GENEVA – A U.N. committee asked Japan this week to enact legislation to ban all kinds of racial discrimination in the country.
The U.N. Committee on the Elimination of Racial Discrimination said it “believes it necessary (for Japan) to adopt specific legislation to outlaw racial discrimination.”
The report, following examination of the initial and second periodic reports of Japan, comes as a wake-up call to Japan to face up to racial discrimination and to fulfill its responsibility of becoming a leader in human rights protection, analysts said.
The concluding observations also noted “with concern, statements of a discriminatory character made by high-level public officials and, in particular, the lack of administrative or legal action taken by the authorities” and urge Japan to make appropriate efforts to curb the recurrence of such incidents.

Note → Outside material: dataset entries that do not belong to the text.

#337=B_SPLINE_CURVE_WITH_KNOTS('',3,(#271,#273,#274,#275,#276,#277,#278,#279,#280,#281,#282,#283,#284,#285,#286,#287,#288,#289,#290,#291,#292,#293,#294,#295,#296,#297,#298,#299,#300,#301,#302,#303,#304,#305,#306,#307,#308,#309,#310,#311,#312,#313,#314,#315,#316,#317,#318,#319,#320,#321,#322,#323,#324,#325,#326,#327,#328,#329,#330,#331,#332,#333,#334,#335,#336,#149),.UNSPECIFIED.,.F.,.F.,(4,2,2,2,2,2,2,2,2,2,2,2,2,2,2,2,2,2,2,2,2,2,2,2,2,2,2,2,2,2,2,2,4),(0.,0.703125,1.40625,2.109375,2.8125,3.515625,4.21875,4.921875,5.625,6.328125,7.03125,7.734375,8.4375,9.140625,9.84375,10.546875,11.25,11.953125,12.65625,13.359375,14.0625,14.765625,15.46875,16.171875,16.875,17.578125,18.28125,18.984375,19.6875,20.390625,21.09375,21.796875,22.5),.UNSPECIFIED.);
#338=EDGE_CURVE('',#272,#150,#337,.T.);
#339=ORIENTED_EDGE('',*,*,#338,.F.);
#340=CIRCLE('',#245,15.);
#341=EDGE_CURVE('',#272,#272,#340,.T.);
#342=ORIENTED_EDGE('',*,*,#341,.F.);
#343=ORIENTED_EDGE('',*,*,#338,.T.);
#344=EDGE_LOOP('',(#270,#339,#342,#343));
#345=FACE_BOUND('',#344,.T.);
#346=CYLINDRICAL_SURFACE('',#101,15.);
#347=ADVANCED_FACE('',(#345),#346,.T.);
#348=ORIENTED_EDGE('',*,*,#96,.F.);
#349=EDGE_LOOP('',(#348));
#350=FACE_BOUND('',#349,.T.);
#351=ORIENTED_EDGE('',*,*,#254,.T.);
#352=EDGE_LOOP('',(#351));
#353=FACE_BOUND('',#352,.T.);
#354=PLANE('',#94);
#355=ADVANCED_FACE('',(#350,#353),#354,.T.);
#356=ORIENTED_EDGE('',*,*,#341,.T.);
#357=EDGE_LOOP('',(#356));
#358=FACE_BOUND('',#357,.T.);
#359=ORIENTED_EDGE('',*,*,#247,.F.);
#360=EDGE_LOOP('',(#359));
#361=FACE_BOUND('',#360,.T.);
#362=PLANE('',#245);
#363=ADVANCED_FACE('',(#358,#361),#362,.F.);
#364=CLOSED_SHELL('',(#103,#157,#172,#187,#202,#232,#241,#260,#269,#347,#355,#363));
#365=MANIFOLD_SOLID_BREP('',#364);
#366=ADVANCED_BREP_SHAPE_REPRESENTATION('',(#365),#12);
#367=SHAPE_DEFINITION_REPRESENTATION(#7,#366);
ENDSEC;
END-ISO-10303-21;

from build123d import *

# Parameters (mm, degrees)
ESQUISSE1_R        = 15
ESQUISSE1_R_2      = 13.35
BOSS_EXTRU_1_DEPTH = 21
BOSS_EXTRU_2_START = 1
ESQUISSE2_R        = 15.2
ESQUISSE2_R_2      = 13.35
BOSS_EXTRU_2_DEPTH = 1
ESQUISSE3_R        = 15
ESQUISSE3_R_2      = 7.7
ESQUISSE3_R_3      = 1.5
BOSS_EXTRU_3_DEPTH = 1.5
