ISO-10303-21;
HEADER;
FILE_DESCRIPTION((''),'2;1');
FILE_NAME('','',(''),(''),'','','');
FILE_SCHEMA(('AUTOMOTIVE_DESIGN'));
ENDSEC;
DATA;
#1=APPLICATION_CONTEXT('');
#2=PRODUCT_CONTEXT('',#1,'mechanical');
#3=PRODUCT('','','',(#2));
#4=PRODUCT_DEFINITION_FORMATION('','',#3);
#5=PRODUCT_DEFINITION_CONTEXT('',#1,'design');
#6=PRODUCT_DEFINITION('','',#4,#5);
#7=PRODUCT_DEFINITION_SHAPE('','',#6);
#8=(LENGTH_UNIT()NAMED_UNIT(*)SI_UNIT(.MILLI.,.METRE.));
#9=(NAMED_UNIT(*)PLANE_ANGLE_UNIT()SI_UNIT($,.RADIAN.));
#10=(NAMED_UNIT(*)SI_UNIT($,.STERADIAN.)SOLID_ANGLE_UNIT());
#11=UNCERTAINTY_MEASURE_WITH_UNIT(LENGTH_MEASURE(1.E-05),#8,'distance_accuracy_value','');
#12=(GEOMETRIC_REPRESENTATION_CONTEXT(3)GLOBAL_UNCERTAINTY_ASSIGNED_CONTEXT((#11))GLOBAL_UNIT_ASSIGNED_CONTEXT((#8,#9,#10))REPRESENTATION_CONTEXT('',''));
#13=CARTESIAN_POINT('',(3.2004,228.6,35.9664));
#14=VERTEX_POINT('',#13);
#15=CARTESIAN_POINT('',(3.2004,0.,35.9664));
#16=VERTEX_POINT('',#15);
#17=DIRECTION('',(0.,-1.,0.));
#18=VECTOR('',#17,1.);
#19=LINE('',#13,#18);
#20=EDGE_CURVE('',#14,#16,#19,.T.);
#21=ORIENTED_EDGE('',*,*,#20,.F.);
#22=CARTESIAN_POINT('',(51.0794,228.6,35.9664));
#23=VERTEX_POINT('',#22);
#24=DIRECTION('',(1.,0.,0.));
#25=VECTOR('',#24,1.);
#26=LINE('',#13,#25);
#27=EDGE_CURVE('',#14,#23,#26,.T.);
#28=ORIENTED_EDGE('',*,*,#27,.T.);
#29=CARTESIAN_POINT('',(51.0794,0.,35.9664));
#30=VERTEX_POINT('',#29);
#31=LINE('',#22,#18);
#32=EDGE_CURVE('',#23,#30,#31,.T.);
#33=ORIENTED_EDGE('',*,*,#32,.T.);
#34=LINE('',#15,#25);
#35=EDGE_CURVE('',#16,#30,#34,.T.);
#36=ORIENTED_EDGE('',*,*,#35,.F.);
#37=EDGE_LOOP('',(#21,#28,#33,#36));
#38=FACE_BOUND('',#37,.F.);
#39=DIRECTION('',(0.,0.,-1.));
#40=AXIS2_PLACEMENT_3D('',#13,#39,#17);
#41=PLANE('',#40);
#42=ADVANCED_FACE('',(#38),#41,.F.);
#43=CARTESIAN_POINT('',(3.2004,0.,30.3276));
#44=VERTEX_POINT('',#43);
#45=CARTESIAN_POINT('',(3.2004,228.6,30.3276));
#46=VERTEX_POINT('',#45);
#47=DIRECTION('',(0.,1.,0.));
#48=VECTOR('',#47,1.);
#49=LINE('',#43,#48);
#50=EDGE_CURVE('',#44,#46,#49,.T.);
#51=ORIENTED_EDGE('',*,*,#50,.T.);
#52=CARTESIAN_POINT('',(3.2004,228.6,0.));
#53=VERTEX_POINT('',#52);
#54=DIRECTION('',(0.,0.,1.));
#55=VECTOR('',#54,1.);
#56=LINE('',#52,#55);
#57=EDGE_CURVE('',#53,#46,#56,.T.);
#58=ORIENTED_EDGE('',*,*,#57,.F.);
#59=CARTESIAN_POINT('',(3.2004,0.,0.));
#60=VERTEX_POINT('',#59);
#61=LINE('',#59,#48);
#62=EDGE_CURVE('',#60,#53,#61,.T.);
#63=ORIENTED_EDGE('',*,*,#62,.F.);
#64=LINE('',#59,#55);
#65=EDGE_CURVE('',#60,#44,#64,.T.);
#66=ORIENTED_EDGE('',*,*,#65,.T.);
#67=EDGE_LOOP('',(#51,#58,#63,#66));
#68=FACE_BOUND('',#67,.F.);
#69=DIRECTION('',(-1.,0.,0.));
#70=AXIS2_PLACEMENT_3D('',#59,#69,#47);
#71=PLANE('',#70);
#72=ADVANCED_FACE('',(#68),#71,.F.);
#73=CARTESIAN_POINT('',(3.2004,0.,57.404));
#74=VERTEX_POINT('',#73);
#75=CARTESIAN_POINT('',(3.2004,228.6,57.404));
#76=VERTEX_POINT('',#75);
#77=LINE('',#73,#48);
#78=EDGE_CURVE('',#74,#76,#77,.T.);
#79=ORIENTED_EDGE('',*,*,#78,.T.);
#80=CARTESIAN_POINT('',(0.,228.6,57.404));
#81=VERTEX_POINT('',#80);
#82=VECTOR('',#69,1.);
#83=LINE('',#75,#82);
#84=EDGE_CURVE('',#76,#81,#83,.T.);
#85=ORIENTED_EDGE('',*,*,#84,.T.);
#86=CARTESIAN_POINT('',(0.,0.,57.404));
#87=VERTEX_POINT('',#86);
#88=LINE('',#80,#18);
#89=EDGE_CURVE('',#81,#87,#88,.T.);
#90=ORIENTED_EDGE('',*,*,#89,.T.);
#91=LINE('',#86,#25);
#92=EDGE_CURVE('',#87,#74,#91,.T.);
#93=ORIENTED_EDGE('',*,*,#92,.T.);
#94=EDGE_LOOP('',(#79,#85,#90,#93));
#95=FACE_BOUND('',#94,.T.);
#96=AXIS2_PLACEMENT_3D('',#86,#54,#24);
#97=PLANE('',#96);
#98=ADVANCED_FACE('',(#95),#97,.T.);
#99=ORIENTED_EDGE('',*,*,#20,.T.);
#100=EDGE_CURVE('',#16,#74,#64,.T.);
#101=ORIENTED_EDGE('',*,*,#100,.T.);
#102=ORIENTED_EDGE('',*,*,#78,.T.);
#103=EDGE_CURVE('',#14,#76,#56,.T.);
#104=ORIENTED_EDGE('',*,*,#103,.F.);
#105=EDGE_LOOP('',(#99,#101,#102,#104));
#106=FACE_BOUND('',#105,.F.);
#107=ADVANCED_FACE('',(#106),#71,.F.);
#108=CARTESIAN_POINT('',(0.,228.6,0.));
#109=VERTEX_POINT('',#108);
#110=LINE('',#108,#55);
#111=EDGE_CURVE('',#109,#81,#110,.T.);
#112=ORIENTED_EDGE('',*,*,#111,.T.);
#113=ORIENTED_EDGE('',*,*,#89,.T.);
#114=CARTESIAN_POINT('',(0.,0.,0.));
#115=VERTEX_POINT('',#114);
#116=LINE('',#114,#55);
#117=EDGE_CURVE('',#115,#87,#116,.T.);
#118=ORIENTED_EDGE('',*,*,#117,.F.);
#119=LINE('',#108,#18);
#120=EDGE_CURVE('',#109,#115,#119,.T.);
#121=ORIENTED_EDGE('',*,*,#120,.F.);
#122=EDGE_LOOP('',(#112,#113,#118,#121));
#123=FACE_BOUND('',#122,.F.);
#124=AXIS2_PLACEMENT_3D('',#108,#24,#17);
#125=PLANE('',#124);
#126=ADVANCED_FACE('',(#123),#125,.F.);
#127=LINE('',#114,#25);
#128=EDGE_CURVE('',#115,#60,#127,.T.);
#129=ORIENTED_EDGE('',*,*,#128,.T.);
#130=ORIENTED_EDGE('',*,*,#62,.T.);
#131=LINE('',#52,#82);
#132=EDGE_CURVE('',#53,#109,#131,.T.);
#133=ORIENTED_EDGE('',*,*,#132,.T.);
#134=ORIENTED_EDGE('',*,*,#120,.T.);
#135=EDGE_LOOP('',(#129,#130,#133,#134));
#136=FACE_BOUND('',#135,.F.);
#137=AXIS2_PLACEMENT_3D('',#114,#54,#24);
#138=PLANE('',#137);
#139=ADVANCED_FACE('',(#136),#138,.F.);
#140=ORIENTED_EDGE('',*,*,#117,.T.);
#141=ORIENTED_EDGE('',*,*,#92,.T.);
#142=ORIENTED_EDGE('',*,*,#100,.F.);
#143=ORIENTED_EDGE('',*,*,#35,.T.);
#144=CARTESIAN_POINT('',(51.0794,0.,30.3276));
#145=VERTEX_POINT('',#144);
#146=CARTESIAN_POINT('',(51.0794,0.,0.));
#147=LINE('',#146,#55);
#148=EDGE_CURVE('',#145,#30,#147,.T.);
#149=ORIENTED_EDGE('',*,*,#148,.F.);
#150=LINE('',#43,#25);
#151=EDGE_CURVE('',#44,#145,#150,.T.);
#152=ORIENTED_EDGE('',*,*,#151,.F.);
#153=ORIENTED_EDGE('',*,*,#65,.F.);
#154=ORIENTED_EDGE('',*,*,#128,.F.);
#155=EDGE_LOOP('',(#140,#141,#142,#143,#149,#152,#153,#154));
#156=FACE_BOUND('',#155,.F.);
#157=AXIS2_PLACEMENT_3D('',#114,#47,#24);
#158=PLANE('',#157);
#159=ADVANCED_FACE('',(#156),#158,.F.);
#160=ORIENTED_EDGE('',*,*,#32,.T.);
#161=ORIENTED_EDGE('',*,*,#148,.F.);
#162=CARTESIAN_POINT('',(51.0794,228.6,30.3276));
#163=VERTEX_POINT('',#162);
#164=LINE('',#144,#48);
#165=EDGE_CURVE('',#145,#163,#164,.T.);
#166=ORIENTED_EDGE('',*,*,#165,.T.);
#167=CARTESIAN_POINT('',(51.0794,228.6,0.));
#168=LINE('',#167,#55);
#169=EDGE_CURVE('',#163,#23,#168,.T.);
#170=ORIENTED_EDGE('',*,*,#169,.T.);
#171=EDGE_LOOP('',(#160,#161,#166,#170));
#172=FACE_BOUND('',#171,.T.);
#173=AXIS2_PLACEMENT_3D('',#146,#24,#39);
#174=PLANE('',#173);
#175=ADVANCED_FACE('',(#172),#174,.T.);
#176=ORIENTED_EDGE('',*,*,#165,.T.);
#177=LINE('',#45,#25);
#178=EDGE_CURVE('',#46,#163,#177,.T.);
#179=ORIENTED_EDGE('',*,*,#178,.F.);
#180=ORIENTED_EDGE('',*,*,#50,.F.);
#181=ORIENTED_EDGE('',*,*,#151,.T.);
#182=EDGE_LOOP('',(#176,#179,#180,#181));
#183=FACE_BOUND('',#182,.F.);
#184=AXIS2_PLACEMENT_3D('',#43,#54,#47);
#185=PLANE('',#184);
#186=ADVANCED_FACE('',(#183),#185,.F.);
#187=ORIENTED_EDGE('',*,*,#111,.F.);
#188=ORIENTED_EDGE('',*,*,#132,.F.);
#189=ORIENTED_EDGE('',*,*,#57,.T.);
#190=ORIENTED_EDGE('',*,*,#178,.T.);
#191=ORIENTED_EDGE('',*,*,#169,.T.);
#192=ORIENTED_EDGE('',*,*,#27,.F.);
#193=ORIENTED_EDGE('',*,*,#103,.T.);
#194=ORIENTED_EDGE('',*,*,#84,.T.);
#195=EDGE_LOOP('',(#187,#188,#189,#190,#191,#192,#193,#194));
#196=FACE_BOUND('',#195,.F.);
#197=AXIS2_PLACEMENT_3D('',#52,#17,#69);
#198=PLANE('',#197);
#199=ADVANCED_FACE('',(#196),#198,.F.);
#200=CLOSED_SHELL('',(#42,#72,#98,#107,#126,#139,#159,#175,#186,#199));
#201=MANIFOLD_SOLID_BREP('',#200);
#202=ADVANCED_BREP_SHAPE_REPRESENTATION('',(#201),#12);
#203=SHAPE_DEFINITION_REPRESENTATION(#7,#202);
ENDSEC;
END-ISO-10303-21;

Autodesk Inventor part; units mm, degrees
ref_plane "YZ Plane" through (0, 0, 0) normal (1, 0, 0) x (0, 1, 0)
ref_plane "XZ Plane" through (0, 0, 0) normal (0, 1, 0) x (-1, 0, 0)
ref_plane "XY Plane" through (0, 0, 0) normal (0, 0, 1) x (1, 0, 0)
sketch "Sketch1" plane through (0, 0, 0) normal (0, 0, 1) x (1, 0, 0)
  line L0 (0, 0) -> (3.2004, 0)
  line L1 (3.2004, 0) -> (3.2004, 228.6)
  line L2 (3.2004, 228.6) -> (0, 228.6)
  line L3 (0, 228.6) -> (0, 0)
  dimension "d0" = 3.2004
  dimension "d1" = 228.6
extrude "Extrusion1" add sketch "Sketch1" along normal blind 57.404
sketch "Sketch2" plane through (3.2004, 0, 0) normal (1, 0, 0) x (0, 0, -1)
  line L0 (0, 0) -> (-57.404, 0) projected
  line L1 (0, 228.6) -> (-57.404, 228.6) projected
  line L2 (-35.9664, 0) -> (-30.3276, 0)
  line L3 (-30.3276, 0) -> (-30.3276, 228.6)
  line L4 (-30.3276, 228.6) -> (-35.9664, 228.6)
  line L5 (-35.9664, 228.6) -> (-35.9664, 0)
  line L6 (-57.404, 0) -> (-57.404, 228.6) projected
  dimension "d4" = 228.6
  dimension "d5" = 5.6388
  dimension "d6" = 21.4376
extrude "Extrusion2" add sketch "Sketch2" along normal blind 47.879 contours L0 L5 L1 L3
properties part number "Guide 2"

The statement was apparently referring to remarks made by Tokyo Gov. Shintaro Ishihara last April 9 when he asked the Ground Self-Defense Force to be prepared for rioting by foreigners illegally staying in Japan in the event of a disaster.
Ishihara used the term “sangokujin,” which literally means “people from third countries,” and was used as a derogatory term after World War II for people from Japan’s former colonies — Korea and Taiwan.
The committee also noted Japan’s “reservation” on the full execution of Article 4 of the International Convention on the Elimination of All Forms of Racial Discrimination, on the grounds that it would interfere with the right to freedom of expression.
Article 4 of the convention, to which Japan has acceded, stipulates a ban on remarks or publishing of books that may fuel discrimination.
The report says Japan has not taken sufficient steps to address the issue of discriminatory treatment of Koreans and Ainu living in Japan.